TO DO »
The following data has a line with "#49=CIRCLE('',#48,1.28905);" and a line with "#67=EDGE_CURVE('',#61,#63,#66,.T.);". Write out exactly those lines and all the lines between them.

PROVIDED ENTRIES »
- Opening Delimiter -

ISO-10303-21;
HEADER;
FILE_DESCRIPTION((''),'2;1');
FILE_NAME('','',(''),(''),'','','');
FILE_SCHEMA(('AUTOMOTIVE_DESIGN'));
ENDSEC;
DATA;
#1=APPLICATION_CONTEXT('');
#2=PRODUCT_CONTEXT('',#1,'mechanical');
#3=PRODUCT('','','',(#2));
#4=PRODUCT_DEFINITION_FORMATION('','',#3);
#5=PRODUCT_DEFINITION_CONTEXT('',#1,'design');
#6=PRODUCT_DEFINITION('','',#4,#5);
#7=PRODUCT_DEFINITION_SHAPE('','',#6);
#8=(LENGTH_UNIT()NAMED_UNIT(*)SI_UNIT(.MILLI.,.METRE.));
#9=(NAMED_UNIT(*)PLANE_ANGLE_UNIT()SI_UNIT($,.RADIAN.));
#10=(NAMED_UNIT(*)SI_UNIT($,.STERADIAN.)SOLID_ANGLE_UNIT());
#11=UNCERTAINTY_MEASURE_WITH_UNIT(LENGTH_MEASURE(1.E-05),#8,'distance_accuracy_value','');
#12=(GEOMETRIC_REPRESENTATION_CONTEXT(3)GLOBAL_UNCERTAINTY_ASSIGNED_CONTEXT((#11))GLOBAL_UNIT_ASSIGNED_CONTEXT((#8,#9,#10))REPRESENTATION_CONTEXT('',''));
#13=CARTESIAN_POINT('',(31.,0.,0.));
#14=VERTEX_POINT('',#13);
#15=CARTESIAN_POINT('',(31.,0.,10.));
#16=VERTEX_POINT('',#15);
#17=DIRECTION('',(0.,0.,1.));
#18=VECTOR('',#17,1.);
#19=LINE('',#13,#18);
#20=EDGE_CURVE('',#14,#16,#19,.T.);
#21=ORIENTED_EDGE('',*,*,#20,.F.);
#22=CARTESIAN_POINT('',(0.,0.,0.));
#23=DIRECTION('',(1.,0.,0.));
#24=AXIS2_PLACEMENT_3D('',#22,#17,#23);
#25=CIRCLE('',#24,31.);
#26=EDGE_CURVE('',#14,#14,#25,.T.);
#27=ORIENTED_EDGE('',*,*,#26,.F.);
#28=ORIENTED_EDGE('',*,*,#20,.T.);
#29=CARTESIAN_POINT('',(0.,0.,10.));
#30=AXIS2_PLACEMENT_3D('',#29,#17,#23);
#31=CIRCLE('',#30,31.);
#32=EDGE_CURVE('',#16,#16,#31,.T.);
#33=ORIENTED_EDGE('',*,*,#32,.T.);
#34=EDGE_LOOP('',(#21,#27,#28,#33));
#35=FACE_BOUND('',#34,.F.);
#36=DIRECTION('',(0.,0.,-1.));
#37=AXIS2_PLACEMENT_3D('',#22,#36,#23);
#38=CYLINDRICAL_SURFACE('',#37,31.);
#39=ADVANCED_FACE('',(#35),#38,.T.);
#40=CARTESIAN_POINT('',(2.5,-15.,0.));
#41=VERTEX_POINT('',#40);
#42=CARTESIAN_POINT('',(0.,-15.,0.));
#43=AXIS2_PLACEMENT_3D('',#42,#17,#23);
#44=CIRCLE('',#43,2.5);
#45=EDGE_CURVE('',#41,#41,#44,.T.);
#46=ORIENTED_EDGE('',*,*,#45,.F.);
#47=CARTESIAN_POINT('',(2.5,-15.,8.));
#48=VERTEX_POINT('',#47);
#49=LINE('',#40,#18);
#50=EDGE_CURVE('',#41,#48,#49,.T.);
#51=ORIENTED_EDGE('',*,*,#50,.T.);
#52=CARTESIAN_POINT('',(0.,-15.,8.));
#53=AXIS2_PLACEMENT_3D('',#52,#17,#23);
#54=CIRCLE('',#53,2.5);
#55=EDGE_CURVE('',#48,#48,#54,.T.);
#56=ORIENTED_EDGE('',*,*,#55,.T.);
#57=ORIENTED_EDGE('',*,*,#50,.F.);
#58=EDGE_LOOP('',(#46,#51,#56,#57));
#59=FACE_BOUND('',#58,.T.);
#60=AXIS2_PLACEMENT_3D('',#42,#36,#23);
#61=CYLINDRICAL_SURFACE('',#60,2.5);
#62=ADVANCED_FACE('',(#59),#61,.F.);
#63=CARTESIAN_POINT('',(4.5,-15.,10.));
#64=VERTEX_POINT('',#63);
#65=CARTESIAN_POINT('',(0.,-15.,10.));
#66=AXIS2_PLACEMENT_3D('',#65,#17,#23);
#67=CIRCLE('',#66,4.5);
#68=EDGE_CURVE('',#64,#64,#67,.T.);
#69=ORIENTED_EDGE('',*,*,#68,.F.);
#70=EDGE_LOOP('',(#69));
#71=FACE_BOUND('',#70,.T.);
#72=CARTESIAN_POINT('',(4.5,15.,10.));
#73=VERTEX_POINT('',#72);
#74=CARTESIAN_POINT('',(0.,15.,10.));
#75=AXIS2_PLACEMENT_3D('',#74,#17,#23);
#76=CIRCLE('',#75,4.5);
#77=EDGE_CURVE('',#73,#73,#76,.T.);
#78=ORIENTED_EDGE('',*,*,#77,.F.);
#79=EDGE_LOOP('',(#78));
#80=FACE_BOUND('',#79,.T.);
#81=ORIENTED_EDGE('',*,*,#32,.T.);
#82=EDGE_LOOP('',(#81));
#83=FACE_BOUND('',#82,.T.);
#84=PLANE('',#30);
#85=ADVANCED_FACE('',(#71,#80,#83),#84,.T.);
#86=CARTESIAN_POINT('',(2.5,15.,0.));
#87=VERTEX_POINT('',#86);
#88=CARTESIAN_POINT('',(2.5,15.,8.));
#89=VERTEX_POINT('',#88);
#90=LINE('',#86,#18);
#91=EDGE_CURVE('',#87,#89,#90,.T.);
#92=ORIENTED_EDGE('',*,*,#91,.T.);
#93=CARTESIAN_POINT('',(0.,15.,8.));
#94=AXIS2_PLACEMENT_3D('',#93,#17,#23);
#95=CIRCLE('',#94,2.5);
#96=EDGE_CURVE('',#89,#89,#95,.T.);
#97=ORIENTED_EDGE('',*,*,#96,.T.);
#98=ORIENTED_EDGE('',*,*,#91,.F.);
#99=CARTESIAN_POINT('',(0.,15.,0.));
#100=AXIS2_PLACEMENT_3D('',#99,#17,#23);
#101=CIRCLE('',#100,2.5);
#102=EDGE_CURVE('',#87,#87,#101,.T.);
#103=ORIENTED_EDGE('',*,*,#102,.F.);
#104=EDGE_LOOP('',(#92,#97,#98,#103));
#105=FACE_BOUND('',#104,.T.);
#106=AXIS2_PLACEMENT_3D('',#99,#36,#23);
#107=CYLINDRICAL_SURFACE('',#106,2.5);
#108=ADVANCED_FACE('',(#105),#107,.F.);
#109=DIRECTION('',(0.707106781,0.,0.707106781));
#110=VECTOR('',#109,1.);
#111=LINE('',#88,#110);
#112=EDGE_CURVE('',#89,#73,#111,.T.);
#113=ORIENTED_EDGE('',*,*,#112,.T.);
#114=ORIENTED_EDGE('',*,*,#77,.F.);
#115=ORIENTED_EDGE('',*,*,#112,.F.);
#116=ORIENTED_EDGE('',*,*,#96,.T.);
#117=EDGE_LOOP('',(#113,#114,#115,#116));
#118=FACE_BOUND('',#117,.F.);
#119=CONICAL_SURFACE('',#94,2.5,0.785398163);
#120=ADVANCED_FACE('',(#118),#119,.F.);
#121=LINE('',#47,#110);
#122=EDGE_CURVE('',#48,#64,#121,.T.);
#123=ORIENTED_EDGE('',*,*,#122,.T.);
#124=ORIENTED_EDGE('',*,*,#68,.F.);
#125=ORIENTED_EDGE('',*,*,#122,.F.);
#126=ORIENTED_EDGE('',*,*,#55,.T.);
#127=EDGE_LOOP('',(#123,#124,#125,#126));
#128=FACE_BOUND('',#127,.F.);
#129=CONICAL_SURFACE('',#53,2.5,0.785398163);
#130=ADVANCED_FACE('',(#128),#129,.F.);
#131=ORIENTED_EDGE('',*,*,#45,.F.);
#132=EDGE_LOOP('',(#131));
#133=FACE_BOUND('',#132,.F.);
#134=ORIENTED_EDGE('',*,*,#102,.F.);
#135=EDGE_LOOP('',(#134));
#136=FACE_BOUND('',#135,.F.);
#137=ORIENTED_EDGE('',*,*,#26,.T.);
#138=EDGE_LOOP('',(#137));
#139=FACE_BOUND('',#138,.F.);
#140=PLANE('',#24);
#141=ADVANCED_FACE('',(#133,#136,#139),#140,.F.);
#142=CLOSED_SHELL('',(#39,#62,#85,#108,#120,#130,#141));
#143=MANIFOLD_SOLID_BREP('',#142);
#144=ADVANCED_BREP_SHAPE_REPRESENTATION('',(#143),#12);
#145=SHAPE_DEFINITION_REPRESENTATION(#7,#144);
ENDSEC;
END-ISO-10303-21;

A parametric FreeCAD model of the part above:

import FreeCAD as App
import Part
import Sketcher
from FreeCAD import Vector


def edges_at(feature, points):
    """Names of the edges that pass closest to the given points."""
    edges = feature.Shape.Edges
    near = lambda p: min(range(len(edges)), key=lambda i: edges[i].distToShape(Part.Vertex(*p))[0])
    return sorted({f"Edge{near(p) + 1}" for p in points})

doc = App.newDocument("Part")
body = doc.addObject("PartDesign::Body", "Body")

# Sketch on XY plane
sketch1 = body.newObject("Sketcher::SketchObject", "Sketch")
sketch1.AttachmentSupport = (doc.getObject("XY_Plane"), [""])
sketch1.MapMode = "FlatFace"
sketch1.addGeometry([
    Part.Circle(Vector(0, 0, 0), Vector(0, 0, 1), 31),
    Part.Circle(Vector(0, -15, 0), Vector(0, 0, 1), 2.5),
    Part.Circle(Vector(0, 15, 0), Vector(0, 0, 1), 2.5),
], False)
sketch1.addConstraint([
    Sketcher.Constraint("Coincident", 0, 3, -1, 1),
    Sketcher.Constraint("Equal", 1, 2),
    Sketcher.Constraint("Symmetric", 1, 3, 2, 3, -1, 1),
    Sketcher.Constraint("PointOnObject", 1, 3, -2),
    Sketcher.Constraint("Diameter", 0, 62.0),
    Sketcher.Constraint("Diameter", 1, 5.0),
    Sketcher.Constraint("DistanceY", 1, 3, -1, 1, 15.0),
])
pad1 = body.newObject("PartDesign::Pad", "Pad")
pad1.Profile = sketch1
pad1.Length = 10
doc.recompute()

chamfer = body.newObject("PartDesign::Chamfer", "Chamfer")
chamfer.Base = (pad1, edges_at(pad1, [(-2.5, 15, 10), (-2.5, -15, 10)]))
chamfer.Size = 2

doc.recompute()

- Closing Delimiter -
- Opening Delimiter -

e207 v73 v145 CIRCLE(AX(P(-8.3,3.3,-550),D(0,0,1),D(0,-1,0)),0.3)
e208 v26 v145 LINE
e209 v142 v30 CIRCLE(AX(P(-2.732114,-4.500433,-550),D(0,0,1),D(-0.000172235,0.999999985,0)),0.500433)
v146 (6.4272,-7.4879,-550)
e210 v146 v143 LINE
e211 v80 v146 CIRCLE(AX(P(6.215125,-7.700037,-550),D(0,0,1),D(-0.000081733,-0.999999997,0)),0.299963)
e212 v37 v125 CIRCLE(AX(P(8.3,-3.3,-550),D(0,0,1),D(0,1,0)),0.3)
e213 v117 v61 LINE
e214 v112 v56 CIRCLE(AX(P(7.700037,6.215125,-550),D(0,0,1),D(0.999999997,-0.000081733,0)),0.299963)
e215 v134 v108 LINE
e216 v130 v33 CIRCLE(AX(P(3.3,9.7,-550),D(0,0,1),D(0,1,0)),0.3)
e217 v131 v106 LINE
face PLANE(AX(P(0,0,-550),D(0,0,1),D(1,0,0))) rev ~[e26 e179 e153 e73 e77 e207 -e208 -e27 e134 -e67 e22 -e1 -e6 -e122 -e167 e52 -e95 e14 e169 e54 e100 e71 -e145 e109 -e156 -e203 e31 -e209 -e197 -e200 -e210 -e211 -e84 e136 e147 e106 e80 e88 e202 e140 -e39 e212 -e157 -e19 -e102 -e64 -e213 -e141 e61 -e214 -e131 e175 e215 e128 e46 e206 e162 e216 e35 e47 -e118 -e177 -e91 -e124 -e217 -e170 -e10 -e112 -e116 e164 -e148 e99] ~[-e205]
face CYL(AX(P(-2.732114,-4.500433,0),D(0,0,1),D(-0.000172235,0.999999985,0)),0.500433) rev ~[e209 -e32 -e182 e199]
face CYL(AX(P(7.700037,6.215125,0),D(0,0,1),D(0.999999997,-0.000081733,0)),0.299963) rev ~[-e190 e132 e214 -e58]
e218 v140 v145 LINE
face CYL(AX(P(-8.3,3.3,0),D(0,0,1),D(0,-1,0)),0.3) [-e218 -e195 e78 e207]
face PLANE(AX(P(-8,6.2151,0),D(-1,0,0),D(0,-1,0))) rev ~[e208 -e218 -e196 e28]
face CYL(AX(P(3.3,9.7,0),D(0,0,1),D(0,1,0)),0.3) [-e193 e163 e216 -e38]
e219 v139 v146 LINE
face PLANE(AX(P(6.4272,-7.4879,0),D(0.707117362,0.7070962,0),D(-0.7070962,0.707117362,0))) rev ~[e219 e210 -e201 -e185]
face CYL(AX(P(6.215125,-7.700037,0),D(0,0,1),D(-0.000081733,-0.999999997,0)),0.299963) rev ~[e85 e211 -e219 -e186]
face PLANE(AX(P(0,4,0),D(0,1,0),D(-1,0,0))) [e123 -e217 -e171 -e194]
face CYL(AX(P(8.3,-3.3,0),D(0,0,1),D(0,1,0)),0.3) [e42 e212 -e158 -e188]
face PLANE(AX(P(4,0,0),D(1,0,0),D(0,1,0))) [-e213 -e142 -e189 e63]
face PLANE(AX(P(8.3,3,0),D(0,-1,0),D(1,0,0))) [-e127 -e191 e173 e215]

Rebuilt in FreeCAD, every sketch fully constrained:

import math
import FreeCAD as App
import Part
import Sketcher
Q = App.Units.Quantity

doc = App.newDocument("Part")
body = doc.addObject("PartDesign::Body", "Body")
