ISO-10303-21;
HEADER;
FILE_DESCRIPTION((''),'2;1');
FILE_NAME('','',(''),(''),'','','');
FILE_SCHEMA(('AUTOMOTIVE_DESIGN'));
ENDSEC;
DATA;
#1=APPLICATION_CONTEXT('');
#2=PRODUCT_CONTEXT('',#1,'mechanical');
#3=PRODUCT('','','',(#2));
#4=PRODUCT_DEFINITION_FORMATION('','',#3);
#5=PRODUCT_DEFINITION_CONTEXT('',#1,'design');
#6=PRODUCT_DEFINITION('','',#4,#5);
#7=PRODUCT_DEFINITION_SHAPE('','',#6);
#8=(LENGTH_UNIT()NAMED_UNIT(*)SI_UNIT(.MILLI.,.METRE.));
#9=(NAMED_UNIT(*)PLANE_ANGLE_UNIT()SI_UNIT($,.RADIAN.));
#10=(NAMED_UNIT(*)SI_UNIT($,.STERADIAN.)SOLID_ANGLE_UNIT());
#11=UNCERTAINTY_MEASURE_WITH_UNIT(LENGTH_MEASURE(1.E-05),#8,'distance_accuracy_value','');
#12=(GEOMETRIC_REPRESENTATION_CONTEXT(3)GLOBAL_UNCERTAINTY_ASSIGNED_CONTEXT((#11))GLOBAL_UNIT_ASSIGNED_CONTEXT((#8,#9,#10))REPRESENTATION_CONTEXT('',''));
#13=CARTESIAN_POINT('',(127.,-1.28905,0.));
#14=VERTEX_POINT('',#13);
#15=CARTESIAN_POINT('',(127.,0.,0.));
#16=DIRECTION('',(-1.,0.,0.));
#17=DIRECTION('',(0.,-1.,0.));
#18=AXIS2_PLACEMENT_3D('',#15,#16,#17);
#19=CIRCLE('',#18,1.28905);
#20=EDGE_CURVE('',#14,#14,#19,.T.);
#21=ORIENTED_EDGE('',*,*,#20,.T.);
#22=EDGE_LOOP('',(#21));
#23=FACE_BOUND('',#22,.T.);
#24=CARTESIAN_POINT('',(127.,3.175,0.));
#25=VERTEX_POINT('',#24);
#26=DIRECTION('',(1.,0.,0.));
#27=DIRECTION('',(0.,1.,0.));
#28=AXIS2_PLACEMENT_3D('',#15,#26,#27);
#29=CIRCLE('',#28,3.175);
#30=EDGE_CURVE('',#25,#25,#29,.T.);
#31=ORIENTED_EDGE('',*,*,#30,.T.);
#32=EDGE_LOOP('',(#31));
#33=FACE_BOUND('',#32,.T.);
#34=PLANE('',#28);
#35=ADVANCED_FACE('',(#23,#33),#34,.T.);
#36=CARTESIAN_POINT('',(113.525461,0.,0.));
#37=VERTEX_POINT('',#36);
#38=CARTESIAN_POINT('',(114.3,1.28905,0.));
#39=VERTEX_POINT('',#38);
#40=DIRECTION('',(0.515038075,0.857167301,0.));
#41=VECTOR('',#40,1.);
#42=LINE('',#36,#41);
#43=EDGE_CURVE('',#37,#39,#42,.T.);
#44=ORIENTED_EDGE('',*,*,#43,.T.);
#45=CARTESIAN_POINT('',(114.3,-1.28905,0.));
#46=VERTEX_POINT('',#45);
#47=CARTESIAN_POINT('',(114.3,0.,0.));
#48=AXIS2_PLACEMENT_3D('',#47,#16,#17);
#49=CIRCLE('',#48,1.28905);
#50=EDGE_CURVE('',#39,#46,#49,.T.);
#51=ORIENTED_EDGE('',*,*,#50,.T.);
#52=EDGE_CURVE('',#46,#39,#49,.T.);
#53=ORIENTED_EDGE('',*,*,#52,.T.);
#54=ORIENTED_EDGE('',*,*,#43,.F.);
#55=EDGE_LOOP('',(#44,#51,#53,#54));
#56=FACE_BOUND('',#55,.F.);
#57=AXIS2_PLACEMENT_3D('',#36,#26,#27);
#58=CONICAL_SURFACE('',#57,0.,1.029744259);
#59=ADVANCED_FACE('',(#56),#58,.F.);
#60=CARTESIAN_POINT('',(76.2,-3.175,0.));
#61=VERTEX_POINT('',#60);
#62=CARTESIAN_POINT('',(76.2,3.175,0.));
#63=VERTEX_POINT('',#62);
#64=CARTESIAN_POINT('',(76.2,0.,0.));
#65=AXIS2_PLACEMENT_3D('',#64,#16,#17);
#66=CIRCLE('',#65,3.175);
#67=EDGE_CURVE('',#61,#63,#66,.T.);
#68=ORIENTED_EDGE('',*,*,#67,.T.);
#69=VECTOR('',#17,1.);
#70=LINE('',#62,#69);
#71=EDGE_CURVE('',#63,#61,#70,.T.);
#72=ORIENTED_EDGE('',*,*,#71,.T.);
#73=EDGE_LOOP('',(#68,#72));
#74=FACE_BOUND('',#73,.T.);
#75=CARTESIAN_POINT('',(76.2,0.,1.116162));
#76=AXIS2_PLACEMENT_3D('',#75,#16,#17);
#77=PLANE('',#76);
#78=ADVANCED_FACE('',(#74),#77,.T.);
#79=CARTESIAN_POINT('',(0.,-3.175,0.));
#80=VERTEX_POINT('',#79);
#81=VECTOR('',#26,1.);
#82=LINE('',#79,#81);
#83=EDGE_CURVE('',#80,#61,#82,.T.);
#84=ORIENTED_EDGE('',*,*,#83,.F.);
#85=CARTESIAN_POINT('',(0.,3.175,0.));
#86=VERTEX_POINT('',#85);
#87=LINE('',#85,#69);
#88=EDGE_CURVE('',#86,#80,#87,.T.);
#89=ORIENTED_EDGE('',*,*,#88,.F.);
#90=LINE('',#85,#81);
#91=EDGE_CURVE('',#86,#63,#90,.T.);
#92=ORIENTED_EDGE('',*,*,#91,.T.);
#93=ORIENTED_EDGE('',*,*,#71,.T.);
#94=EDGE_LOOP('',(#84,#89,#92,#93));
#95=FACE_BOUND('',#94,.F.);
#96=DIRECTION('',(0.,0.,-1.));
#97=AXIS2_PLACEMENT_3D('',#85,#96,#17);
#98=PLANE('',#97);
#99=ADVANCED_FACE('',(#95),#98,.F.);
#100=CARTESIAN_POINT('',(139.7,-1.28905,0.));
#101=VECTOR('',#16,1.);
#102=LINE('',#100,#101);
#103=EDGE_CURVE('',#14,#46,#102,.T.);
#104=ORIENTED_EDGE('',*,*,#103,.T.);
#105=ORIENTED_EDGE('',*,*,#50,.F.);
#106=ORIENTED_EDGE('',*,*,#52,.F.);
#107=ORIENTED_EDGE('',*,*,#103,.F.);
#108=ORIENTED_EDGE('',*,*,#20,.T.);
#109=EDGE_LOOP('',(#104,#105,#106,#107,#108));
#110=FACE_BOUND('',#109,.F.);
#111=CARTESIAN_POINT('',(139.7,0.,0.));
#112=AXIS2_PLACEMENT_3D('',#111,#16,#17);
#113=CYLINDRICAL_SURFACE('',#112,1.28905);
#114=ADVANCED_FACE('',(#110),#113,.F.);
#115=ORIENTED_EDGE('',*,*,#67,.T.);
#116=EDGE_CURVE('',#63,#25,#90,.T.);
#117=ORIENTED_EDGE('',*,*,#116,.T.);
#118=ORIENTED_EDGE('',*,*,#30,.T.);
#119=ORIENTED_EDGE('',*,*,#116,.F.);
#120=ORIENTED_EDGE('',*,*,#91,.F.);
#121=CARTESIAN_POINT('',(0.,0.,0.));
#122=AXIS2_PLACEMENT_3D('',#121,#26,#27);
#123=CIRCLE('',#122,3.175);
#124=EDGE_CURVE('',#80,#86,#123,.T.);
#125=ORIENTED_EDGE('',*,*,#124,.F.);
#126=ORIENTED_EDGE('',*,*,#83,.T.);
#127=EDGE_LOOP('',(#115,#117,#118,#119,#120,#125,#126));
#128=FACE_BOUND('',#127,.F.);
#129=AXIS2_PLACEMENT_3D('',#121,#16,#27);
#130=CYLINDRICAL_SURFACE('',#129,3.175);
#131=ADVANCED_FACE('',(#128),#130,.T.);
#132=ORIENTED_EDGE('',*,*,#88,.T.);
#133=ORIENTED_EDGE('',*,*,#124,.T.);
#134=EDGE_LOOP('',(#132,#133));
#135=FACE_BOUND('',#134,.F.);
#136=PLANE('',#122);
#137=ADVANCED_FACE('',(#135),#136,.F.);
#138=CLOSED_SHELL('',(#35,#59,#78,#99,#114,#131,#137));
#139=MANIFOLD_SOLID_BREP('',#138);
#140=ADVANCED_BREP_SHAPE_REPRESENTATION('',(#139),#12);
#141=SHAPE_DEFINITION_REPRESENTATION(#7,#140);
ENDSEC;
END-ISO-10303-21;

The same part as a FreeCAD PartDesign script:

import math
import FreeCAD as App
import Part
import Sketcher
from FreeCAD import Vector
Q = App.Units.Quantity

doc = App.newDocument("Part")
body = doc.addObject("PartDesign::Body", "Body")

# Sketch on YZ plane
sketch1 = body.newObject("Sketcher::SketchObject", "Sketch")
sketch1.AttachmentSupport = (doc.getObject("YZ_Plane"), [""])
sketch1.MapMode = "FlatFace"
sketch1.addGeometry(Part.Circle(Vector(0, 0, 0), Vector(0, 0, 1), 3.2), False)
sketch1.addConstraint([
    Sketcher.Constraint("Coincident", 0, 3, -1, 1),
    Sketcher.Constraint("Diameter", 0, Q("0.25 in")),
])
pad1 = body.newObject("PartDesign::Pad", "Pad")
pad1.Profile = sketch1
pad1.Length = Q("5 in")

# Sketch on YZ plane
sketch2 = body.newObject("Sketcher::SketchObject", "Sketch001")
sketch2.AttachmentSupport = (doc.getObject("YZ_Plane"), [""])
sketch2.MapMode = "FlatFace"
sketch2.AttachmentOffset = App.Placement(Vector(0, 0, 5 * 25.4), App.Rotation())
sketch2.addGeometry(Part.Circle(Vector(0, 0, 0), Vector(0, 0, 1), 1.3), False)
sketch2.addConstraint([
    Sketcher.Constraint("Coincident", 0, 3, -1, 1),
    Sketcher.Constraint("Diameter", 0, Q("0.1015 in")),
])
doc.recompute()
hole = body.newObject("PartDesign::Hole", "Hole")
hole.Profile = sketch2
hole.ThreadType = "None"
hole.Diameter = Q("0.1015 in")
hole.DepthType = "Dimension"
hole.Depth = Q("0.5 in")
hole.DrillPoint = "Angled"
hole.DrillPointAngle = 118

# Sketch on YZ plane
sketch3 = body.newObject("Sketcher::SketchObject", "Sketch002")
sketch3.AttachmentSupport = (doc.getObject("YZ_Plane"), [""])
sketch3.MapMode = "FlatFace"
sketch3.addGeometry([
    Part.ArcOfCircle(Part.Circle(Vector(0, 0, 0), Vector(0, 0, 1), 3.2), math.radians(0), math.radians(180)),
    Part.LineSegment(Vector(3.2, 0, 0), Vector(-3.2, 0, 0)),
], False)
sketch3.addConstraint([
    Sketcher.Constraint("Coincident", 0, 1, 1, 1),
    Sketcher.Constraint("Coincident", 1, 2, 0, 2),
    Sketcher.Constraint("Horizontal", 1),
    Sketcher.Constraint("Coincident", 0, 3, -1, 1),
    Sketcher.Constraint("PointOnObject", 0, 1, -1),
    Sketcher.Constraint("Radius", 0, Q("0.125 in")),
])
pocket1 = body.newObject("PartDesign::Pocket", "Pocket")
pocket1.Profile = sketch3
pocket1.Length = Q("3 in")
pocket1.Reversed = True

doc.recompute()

- Closing Delimiter -

TASK SOLUTION »
#49=CIRCLE('',#48,1.28905);
#50=EDGE_CURVE('',#39,#46,#49,.T.);
#51=ORIENTED_EDGE('',*,*,#50,.T.);
#52=EDGE_CURVE('',#46,#39,#49,.T.);
#53=ORIENTED_EDGE('',*,*,#52,.T.);
#54=ORIENTED_EDGE('',*,*,#43,.F.);
#55=EDGE_LOOP('',(#44,#51,#53,#54));
#56=FACE_BOUND('',#55,.F.);
#57=AXIS2_PLACEMENT_3D('',#36,#26,#27);
#58=CONICAL_SURFACE('',#57,0.,1.029744259);
#59=ADVANCED_FACE('',(#56),#58,.F.);
#60=CARTESIAN_POINT('',(76.2,-3.175,0.));
#61=VERTEX_POINT('',#60);
#62=CARTESIAN_POINT('',(76.2,3.175,0.));
#63=VERTEX_POINT('',#62);
#64=CARTESIAN_POINT('',(76.2,0.,0.));
#65=AXIS2_PLACEMENT_3D('',#64,#16,#17);
#66=CIRCLE('',#65,3.175);
#67=EDGE_CURVE('',#61,#63,#66,.T.);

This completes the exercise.